EXERCISE AIM =>
Repeat nothing but the lines below running from the one containing "# 草圖1 → 填料-伸長1 (new body)" to the one containing "# FreeCAD 1.0 macro for this part". Keep both end lines.

RECORDS FOR THE EXERCISE =>

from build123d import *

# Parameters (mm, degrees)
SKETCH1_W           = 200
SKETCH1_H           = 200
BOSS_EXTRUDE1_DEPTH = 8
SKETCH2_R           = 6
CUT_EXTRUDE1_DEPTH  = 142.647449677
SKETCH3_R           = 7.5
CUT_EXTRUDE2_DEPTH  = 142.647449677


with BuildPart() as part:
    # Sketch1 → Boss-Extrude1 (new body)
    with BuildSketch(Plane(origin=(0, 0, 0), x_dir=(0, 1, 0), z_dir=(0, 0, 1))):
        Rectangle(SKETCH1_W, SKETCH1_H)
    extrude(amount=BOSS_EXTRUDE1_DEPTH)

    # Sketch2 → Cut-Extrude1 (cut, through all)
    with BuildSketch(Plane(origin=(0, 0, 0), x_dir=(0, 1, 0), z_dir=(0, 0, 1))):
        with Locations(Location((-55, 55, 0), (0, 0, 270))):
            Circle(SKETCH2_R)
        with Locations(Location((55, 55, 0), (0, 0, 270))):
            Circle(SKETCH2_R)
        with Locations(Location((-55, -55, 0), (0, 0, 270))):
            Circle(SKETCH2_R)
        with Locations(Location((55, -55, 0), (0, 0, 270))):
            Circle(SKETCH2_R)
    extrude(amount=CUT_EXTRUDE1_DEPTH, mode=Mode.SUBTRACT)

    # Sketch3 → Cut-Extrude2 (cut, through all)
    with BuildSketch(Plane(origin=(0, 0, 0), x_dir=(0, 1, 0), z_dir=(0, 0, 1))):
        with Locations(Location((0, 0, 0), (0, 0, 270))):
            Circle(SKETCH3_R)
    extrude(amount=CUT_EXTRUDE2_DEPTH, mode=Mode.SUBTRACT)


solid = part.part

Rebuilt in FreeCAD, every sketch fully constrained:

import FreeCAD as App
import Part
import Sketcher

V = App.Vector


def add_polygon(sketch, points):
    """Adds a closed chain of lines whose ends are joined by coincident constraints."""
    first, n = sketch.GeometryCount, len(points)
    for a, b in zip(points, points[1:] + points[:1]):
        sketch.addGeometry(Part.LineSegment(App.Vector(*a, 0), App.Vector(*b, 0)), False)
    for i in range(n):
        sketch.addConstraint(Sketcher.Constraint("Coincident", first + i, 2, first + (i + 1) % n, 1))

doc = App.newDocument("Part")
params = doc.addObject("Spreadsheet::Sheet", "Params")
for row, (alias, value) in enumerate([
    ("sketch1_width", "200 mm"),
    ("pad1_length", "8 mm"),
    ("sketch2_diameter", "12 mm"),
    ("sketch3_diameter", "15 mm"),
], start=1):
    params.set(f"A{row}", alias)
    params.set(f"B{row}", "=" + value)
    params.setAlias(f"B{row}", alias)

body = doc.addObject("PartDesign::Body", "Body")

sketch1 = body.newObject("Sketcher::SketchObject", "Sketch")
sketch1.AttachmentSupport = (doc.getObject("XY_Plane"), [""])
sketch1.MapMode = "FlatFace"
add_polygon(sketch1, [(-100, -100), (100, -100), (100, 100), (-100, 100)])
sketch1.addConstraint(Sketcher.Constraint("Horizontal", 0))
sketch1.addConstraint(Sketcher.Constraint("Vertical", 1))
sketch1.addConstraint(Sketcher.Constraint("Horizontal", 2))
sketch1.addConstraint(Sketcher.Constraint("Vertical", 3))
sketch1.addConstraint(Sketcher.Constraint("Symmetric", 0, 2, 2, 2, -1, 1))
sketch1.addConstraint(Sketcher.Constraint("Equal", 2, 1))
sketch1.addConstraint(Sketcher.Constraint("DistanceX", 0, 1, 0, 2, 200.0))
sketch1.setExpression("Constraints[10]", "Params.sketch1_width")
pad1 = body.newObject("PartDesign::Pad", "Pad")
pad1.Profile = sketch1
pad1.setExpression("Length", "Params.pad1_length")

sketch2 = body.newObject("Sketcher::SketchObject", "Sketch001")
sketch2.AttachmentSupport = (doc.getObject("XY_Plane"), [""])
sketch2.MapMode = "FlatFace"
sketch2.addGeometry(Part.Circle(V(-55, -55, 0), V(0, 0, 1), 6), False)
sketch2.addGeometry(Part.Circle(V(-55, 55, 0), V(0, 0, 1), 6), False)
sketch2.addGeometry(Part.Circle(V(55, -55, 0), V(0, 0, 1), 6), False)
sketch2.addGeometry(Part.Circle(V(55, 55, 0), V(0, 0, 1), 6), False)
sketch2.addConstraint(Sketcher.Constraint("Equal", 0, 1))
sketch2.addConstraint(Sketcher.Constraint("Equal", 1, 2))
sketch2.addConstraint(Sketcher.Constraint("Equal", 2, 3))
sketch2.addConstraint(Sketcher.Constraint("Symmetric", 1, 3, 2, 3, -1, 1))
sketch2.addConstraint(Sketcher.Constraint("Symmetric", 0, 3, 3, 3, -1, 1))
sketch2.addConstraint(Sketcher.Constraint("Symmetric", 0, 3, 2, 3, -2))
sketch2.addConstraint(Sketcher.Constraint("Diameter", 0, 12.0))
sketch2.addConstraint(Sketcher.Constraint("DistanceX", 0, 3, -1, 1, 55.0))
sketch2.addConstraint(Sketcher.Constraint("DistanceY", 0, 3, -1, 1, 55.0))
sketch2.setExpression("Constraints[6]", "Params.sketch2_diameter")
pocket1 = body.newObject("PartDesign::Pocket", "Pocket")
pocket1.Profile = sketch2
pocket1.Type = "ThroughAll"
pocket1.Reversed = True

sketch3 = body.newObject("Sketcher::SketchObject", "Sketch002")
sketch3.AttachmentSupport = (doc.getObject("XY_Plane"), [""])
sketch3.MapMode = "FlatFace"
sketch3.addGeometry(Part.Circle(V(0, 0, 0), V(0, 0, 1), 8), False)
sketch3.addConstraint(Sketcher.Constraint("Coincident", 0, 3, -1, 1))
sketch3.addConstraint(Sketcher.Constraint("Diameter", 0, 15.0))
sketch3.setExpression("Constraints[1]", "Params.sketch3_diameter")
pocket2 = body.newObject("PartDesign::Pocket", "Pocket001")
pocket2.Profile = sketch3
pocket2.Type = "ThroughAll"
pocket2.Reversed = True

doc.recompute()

--

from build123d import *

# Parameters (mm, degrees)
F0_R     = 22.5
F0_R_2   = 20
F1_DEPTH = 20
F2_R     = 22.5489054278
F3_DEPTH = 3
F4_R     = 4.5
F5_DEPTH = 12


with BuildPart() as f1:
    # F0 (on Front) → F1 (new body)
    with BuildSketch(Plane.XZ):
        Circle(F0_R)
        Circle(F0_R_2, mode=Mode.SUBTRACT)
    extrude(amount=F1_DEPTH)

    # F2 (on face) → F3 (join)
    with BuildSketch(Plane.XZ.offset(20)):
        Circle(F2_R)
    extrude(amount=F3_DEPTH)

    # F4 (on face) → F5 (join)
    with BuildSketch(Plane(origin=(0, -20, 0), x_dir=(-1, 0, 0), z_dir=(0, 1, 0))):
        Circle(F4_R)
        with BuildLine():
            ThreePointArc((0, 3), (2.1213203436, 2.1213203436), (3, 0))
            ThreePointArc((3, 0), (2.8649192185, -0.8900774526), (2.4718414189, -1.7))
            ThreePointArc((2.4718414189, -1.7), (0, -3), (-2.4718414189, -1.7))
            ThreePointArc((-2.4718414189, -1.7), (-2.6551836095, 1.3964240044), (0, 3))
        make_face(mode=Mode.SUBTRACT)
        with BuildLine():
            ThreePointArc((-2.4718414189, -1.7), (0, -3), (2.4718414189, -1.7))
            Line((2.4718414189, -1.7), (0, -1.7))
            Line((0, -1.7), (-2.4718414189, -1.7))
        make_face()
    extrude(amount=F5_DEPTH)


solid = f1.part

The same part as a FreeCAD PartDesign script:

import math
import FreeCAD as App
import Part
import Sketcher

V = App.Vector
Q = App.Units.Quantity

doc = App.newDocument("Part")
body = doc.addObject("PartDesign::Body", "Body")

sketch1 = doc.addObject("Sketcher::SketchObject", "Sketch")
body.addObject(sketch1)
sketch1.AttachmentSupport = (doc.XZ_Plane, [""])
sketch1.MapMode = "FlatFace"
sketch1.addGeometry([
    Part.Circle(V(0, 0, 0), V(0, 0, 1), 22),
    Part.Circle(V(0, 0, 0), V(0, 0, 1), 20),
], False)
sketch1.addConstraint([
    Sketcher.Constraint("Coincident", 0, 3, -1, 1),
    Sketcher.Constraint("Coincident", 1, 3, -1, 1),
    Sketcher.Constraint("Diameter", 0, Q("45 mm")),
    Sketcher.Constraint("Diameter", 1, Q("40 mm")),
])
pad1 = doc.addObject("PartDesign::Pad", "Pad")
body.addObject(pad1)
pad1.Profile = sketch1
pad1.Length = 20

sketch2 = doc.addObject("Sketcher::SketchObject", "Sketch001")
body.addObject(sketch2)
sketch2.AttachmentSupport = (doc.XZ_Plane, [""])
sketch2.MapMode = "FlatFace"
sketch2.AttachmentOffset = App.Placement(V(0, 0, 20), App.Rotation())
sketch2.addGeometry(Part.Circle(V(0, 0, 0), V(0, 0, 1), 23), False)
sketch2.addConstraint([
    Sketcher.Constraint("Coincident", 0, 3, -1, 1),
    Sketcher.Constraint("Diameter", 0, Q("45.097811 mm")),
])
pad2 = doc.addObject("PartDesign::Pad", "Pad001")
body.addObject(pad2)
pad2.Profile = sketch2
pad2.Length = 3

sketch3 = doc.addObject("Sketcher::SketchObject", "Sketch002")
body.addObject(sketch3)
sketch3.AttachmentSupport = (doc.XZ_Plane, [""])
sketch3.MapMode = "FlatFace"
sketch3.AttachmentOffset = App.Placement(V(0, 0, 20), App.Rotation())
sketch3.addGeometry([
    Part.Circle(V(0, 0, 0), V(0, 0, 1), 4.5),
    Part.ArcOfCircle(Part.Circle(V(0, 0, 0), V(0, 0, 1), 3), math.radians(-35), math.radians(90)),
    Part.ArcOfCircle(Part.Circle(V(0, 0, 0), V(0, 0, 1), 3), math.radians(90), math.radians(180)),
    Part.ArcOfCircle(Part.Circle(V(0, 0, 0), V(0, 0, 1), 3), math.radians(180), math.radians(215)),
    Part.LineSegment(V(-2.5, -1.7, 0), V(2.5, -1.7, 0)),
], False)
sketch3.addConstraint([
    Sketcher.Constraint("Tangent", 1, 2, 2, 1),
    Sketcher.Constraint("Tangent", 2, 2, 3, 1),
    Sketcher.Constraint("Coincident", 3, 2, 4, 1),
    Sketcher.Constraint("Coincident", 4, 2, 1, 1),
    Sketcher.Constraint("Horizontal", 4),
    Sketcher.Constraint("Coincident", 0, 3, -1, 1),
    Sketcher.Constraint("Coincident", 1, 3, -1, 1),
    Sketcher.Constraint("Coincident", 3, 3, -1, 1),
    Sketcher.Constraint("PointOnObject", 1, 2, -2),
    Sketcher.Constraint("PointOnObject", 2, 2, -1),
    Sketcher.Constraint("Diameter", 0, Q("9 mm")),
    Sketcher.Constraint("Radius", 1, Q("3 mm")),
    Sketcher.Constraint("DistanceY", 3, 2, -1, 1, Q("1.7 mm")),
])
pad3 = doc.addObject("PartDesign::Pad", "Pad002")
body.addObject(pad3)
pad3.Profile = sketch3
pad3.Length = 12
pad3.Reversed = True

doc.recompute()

...

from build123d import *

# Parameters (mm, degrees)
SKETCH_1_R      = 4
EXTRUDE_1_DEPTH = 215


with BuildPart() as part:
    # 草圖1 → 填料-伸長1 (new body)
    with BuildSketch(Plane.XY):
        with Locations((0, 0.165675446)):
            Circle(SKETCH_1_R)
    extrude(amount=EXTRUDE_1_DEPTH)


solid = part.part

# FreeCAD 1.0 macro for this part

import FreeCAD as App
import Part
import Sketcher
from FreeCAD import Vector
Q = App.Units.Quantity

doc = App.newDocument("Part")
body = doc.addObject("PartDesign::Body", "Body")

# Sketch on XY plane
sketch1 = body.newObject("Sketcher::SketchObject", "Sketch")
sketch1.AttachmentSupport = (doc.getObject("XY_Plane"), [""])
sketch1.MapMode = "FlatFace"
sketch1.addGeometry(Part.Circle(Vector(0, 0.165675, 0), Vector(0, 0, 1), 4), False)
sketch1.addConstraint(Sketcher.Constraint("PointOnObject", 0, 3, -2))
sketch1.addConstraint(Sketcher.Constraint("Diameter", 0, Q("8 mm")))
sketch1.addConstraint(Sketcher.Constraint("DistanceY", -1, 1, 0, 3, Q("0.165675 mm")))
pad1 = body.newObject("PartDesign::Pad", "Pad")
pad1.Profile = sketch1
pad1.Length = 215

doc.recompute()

SOLVED PROBLEM =>
    # 草圖1 → 填料-伸長1 (new body)
    with BuildSketch(Plane.XY):
        with Locations((0, 0.165675446)):
            Circle(SKETCH_1_R)
    extrude(amount=EXTRUDE_1_DEPTH)


solid = part.part

# FreeCAD 1.0 macro for this part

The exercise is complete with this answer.